The House of Lost Souls - F. G. Cottam [27]
His name was Hindip Roon and he had followed his father and grandfather into the Gurkha Rifles. He was no more than five feet tall and, wet through, wouldn’t have weighed above fifty kilos. Mason watched the trooper walk away, becoming as light and insubstantial as a ghost, until he disappeared completely into the foliage skirting the perimeter of the village. There was a sort of fog, a vapour that glazed the soldiers’ skin and smelled sulphurous and made the branches of the trees and hanging vines gluey against clothing and kit. On the grass, its residue dragged at boots as sticky as the slime that trails a snail. But it was useful, this mist that made phantoms of men and coated the jungle in its suffocating hush. It made concealment easier. According to the priest, the chief of the Tengwai wore an emerald-studded collar as his badge of office. It was not something he would be likely to relinquish willingly. Mason had ordered trooper Roon to bring back the collar when he returned as physical proof of the deed done. Roon might feel compelled, he knew, to take other trophies. It was a grisly and long-cherished custom among the Gurkhas. But he’d volunteered for the task and what he did with the bastard’s extremities was, to Mason’s mind, entirely his own prerogative.
Except that, by midnight, Roon had not returned. Through the weeping mist, through his night-vision binoculars, Mason could discern no movement in the village. But then, since his unit’s arrival and careful disposition around it there had been no sound or visible sign of life in the village at all. The jungle was quiet, too. But that had been a feature of their mission, when he thought about it. They had heard no birds singing or earthbound beasts crashing, startled, through foliage. There were no monkeys capering and calling up above in the trees. They hadn’t seen so much as a squirrel or a bat up there in the canopy. There’d just been biting insects and the odd distant bark of a scavenging jackal and, a couple of hours earlier, the coils of a fat snake wound indolent around a heavy branch a few metres to the left of the path the priest had put them on.
He sent a two-man scout party to assess the level of defensive fortification and sentry disposition at the two entrances to the village compound marked on the Jesuit’s map. And they returned after an hour to report that there were no sentries. There were no defences. The village gave the appearance of being entirely uninhabited.
As commander of the mission, Mason knew he had to go in after their man. Their belief in their own invulnerability could just about explain the defensive laxness of the Tengwai fighters. But Mason’s men were not Kesabi, hampered by bad magic, crippled by juju terror. They’d go in hard and fast and it wouldn’t be subtle or diplomatic and the Tengwai wouldn’t know what had fucking hit them. They’d only hope to Christ trooper Hindip Roon was still in one piece and, if he was, they’d get him out and fuck the French and their fucking colonial games, Mason thought, as he gave the signal to attack.

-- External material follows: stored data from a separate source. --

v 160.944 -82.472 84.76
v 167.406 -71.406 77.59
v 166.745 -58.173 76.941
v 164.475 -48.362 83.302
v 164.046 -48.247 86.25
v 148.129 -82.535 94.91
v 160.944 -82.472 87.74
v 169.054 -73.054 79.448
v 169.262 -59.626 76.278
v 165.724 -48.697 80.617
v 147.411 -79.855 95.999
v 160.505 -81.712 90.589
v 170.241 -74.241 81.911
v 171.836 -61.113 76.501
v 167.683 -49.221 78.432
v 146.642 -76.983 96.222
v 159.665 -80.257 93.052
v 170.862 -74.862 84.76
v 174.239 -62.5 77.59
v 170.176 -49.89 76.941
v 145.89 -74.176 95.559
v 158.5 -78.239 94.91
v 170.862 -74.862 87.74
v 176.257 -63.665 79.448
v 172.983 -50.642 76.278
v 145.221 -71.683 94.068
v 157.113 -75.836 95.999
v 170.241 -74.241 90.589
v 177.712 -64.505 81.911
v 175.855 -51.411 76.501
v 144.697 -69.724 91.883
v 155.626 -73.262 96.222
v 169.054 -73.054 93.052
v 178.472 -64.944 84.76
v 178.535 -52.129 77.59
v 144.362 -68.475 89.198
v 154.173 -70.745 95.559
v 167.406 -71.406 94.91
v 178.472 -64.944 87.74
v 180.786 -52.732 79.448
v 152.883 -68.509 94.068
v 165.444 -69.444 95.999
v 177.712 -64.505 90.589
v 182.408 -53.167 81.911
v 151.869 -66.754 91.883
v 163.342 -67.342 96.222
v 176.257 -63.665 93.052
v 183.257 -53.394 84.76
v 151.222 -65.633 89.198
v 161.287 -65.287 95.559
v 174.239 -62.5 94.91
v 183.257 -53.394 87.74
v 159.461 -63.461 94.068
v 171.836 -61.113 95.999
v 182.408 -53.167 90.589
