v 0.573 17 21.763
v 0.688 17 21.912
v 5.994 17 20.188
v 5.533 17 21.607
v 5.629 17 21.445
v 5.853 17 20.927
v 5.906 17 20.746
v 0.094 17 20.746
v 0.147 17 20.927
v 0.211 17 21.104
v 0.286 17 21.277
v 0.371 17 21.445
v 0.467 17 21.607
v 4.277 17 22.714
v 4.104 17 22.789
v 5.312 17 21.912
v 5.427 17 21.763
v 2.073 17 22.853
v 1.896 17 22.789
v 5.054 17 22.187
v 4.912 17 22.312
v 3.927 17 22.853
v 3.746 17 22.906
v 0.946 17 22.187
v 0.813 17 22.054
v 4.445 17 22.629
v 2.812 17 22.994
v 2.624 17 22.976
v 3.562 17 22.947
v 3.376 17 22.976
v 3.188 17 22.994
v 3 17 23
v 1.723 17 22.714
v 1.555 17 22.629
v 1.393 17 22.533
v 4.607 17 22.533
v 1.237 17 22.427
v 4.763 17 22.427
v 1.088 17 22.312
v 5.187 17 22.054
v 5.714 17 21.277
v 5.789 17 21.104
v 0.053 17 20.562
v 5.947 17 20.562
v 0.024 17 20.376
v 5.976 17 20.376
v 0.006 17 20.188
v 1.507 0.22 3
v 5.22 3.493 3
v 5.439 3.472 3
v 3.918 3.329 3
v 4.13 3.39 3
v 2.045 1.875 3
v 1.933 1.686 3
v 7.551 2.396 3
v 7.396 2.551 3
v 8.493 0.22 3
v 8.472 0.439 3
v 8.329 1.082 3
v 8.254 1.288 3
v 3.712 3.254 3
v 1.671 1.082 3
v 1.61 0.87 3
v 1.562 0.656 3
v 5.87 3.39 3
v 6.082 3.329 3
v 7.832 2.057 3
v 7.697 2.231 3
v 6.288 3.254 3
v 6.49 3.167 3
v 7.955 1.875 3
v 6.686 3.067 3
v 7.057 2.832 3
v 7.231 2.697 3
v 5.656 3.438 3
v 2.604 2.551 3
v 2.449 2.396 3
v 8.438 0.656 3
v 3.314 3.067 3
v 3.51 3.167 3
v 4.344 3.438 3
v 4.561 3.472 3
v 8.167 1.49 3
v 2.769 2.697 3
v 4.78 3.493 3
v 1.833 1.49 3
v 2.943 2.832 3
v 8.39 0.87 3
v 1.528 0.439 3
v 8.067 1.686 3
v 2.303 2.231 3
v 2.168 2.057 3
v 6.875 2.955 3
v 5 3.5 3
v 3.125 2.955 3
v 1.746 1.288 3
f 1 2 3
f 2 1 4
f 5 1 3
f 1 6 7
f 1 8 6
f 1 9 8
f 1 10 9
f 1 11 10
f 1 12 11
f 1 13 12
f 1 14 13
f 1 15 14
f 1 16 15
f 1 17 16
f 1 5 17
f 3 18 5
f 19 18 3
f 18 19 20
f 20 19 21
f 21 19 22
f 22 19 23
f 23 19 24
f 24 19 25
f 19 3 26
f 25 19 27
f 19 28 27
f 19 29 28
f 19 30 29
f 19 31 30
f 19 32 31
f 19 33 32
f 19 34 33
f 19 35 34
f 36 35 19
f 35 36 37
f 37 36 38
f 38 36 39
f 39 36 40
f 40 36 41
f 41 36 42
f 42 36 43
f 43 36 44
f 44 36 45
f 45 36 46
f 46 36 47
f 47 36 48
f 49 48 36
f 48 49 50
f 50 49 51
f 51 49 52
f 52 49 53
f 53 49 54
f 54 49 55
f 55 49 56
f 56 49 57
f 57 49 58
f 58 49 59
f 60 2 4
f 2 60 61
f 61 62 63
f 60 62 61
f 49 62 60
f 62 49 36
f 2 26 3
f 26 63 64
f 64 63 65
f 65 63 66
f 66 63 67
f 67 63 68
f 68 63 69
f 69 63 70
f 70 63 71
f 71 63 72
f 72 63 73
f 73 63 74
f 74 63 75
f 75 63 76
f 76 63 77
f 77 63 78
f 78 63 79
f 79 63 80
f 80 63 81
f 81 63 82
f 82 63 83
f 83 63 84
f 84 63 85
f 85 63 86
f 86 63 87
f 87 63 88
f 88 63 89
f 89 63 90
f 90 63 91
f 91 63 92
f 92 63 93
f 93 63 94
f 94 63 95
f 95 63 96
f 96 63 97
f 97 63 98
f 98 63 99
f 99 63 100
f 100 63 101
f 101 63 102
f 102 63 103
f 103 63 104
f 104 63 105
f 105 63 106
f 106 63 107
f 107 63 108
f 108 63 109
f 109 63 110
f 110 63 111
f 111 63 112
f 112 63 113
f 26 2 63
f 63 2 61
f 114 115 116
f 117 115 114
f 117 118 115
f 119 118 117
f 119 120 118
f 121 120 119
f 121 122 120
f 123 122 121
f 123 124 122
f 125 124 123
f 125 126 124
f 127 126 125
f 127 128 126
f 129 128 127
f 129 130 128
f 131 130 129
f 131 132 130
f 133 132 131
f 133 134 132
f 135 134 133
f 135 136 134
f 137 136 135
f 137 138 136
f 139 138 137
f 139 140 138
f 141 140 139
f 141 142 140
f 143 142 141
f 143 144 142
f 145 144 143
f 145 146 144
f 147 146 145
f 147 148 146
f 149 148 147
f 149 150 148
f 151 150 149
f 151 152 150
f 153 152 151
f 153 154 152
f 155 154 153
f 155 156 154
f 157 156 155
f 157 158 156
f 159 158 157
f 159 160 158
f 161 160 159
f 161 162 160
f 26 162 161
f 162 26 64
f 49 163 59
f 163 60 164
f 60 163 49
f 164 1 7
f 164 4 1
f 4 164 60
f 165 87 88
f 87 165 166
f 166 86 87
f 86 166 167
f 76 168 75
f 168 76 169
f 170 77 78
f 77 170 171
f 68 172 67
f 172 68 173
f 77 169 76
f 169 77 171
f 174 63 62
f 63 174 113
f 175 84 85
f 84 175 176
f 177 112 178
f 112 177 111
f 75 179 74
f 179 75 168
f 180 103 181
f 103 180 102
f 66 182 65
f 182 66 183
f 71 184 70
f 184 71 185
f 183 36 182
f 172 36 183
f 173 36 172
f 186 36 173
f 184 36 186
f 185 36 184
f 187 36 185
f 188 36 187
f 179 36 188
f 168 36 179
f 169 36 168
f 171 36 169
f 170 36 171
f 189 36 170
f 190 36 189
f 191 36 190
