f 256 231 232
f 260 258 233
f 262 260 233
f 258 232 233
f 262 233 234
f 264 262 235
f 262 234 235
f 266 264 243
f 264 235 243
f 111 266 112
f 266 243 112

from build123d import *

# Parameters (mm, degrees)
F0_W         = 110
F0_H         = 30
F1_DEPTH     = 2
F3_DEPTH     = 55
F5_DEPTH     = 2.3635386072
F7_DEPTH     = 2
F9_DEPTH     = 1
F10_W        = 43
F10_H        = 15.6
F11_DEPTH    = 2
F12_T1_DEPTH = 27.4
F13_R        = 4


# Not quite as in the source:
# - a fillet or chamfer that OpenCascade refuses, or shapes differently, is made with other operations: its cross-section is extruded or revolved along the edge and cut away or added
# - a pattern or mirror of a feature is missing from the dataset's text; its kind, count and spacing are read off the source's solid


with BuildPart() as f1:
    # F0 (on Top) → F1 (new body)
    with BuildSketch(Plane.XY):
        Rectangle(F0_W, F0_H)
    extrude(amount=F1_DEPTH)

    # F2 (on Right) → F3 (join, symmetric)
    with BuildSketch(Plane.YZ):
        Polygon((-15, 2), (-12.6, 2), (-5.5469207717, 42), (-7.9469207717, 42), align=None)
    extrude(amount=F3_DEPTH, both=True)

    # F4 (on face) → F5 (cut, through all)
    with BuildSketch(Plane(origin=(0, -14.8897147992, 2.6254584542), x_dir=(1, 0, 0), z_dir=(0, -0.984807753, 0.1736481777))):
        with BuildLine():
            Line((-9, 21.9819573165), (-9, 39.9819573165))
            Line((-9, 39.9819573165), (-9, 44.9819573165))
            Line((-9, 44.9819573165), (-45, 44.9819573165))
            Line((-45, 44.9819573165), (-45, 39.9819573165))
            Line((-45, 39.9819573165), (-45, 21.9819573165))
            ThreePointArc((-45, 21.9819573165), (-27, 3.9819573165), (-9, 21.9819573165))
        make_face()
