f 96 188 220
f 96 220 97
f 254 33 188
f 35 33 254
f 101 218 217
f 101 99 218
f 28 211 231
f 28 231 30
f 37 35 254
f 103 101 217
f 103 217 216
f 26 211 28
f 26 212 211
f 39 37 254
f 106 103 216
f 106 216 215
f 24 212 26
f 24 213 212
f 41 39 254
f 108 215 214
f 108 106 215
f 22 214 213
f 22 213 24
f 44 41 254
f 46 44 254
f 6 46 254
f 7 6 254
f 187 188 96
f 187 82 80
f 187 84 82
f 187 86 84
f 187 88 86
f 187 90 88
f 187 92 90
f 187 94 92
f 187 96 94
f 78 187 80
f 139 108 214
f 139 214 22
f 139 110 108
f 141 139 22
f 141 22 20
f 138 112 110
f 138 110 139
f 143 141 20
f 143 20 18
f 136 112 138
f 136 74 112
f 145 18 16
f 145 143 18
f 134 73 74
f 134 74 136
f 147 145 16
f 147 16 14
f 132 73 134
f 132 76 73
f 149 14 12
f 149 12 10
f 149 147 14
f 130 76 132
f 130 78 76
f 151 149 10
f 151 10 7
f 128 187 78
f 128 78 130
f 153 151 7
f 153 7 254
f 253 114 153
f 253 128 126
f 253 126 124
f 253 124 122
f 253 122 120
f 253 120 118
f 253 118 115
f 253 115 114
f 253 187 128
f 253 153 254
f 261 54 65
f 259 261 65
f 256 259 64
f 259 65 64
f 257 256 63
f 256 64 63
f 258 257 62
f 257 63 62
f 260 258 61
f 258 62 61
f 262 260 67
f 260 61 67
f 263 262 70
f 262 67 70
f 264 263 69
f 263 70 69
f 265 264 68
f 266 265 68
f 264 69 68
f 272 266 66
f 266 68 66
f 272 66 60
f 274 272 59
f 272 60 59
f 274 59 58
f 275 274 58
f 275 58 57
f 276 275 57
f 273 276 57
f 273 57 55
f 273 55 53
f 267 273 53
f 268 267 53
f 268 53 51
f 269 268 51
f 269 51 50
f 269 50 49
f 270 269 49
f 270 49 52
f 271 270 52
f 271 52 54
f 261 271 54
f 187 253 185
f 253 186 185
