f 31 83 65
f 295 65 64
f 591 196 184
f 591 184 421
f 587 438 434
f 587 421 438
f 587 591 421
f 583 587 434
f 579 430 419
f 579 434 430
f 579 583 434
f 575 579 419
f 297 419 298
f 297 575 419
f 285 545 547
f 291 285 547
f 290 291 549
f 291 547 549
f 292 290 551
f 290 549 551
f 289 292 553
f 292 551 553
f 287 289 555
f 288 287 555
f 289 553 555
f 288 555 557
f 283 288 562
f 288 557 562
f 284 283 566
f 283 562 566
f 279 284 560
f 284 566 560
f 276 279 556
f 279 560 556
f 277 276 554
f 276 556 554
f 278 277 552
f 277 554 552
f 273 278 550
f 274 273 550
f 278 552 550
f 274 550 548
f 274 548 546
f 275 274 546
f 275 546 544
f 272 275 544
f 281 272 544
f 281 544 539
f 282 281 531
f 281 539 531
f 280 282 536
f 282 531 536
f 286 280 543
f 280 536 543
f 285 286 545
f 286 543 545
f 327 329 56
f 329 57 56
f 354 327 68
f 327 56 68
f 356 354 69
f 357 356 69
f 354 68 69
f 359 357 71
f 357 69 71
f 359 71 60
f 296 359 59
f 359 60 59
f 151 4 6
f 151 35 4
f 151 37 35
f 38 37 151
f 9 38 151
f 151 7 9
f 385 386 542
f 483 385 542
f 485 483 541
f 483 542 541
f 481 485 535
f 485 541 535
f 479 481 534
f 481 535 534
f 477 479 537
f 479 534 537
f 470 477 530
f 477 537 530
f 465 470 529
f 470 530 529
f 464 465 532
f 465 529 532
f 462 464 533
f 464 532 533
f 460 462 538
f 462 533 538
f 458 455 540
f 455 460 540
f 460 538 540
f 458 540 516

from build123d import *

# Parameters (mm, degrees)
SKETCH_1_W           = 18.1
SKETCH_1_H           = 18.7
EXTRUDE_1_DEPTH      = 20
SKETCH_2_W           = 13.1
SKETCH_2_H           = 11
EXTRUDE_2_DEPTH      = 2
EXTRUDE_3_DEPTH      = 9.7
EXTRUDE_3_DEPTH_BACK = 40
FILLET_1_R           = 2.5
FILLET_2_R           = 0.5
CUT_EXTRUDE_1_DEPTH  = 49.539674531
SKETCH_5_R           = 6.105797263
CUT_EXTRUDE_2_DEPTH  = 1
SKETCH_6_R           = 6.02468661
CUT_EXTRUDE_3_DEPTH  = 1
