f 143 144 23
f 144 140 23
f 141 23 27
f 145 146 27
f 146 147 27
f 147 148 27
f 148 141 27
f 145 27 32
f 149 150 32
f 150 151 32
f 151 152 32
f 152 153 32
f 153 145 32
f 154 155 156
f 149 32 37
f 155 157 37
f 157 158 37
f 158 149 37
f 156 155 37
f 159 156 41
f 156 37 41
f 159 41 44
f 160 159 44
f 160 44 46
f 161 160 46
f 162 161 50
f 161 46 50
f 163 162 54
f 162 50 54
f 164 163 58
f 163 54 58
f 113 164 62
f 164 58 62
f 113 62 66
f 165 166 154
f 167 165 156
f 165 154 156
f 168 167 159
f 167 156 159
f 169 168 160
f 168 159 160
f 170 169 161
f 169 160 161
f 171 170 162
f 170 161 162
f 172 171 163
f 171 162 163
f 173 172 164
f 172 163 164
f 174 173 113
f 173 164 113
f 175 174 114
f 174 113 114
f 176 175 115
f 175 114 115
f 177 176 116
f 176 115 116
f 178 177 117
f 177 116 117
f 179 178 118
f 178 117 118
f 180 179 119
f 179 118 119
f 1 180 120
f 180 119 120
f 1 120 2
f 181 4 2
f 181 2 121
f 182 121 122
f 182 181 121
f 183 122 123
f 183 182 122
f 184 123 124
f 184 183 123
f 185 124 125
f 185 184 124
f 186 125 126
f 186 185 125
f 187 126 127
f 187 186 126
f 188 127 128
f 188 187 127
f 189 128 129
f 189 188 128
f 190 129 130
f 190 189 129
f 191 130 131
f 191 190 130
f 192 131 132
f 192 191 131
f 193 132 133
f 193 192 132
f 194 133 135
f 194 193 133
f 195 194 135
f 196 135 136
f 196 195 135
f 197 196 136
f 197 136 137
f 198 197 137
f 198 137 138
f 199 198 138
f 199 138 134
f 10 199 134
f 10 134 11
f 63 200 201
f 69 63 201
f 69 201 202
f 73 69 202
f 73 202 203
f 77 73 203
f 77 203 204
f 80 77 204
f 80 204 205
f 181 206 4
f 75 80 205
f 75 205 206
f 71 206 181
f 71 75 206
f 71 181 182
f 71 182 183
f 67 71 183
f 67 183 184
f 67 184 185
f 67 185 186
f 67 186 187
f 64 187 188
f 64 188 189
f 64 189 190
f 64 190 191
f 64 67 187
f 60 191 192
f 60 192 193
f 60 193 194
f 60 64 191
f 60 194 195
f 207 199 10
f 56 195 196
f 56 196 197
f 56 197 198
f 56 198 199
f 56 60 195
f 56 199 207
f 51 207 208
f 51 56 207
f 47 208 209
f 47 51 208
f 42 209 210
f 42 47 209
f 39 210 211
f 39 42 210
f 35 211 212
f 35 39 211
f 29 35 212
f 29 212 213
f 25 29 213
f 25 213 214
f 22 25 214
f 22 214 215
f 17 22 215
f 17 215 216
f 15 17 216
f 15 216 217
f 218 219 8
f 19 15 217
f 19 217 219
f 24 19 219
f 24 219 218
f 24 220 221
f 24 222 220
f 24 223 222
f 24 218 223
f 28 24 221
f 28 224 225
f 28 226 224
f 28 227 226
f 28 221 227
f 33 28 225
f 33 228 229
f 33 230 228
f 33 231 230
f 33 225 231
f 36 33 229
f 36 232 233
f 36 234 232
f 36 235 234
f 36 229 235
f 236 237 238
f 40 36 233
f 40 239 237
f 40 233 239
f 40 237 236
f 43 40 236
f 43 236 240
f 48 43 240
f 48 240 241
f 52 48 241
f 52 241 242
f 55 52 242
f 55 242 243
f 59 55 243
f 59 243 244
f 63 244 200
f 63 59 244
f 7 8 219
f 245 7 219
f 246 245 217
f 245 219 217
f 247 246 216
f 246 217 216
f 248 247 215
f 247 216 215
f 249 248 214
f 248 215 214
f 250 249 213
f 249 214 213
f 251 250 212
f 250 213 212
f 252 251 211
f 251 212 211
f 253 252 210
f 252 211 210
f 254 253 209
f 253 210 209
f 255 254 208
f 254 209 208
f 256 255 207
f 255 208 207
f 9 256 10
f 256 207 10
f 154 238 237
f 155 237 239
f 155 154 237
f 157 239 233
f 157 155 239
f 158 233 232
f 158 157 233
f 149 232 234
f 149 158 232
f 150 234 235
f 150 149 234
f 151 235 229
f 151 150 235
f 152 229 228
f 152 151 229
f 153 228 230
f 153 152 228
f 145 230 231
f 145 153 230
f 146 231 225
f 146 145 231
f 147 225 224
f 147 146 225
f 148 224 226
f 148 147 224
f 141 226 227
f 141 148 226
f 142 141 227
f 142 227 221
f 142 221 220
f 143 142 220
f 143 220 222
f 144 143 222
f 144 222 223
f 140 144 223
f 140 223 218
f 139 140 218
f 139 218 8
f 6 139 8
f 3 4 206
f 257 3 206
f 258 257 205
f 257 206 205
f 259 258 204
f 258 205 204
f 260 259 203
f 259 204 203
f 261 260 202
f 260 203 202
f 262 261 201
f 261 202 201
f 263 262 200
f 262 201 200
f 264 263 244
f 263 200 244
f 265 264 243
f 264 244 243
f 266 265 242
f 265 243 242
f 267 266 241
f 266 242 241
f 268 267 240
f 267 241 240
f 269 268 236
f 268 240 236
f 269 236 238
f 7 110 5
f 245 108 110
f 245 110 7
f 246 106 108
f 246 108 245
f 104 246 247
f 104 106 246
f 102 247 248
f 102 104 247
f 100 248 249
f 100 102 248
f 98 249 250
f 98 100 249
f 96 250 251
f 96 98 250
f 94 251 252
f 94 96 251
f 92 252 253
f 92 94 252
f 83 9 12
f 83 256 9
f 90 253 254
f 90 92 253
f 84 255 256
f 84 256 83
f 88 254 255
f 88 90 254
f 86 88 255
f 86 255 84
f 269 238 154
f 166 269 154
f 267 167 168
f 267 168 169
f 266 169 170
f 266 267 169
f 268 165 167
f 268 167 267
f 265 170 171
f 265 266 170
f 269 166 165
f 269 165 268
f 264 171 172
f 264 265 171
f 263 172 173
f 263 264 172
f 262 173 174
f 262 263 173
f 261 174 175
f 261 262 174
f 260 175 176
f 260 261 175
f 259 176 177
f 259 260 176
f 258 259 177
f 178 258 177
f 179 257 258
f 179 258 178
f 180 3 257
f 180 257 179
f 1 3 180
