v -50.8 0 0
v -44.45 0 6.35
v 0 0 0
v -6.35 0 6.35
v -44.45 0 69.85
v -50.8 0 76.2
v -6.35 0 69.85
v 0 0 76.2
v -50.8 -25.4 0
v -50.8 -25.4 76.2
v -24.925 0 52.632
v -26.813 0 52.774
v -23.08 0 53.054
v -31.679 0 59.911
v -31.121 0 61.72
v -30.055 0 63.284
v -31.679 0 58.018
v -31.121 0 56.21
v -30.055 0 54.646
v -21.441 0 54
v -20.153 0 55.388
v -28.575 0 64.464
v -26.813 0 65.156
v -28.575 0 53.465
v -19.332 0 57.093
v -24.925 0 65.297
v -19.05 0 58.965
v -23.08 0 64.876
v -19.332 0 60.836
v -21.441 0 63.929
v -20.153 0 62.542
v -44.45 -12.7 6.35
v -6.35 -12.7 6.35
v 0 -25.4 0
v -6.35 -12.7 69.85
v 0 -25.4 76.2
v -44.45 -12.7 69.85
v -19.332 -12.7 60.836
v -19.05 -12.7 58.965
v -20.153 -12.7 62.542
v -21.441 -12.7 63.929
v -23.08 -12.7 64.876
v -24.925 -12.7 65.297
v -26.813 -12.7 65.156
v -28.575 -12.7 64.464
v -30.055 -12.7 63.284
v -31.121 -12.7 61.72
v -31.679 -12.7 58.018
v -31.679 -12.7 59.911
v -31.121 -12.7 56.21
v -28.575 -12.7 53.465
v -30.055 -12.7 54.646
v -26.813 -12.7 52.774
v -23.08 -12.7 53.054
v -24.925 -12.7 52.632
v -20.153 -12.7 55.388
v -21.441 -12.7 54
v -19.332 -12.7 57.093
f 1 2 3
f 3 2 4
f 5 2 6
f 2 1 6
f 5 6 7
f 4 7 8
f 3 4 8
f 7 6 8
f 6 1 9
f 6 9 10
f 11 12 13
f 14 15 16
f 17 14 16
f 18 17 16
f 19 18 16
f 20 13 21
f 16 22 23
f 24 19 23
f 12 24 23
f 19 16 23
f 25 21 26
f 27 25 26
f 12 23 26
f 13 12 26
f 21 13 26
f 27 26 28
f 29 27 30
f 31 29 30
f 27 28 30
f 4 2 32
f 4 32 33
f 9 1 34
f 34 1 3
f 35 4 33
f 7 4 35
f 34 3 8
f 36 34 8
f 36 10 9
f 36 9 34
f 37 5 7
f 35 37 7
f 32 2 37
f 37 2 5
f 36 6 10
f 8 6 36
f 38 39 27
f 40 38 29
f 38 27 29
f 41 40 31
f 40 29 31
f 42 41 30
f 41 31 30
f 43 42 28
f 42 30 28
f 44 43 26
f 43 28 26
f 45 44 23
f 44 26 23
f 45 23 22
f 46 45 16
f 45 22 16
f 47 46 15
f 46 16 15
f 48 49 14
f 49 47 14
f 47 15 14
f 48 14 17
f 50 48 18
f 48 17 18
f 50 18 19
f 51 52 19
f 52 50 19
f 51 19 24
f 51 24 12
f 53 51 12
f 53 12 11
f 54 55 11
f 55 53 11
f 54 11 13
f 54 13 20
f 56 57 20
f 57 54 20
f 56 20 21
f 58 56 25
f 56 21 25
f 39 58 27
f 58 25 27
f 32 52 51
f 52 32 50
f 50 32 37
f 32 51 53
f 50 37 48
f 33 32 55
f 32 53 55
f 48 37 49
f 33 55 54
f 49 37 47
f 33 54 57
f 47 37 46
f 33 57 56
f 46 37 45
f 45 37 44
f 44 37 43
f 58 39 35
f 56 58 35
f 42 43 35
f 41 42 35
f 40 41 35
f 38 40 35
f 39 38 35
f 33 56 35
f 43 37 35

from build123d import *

# Parameters (mm, degrees)
F0_W     = 50.8
F0_H     = 76.2
F1_DEPTH = 25.4
F2_W     = 38.1
F2_H     = 63.5
F3_DEPTH = 12.7
F4_R     = 6.35
F5_DEPTH = 25.4


with BuildPart() as f1:
    # F0 (on Front) → F1 (new body)
    with BuildSketch(Plane.XZ):
        with Locations((-25.4, 38.1)):
            Rectangle(F0_W, F0_H)
    extrude(amount=F1_DEPTH)

    # F2 (on Front) → F3 (cut)
    with BuildSketch(Plane.XZ):
        with Locations((-25.4, 38.1)):
            Rectangle(F2_W, F2_H)
    extrude(amount=F3_DEPTH, mode=Mode.SUBTRACT)

    # F4 (on Front) → F5 (join)
    with BuildSketch(Plane.XZ):
        with Locations((-25.4, 58.964718)):
            Circle(F4_R)
    extrude(amount=F5_DEPTH)


solid = f1.part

They found only two men in the village. Both of them were dead. The Tengwai chief lay, headless, in his hut. Hindip Roon sat cross-legged outside the hut with the severed head facing away from him on the ground between his knees. In the grip of Roon’s right fist, the chief’s collar of office glinted green and gold in the darkness in thin beams from the torches screwed to the assault party’s rifles. Roon had a slacker grip in death on the handle of his kukri knife, which he had used left-handed to slice open his carotid artery before bleeding to death in apparent repose.
The chief had not died in repose. Mason settled on his haunches and examined the face of the dead man by torchlight. The sides of the head were dark and bloody and the hair there matted with gore where Roon had sliced off his ears. But you only noticed that after taking in the raw, red nakedness of his skull. Because Roon had scalped him, too. His lips were drawn back in a snarl of agony from his teeth.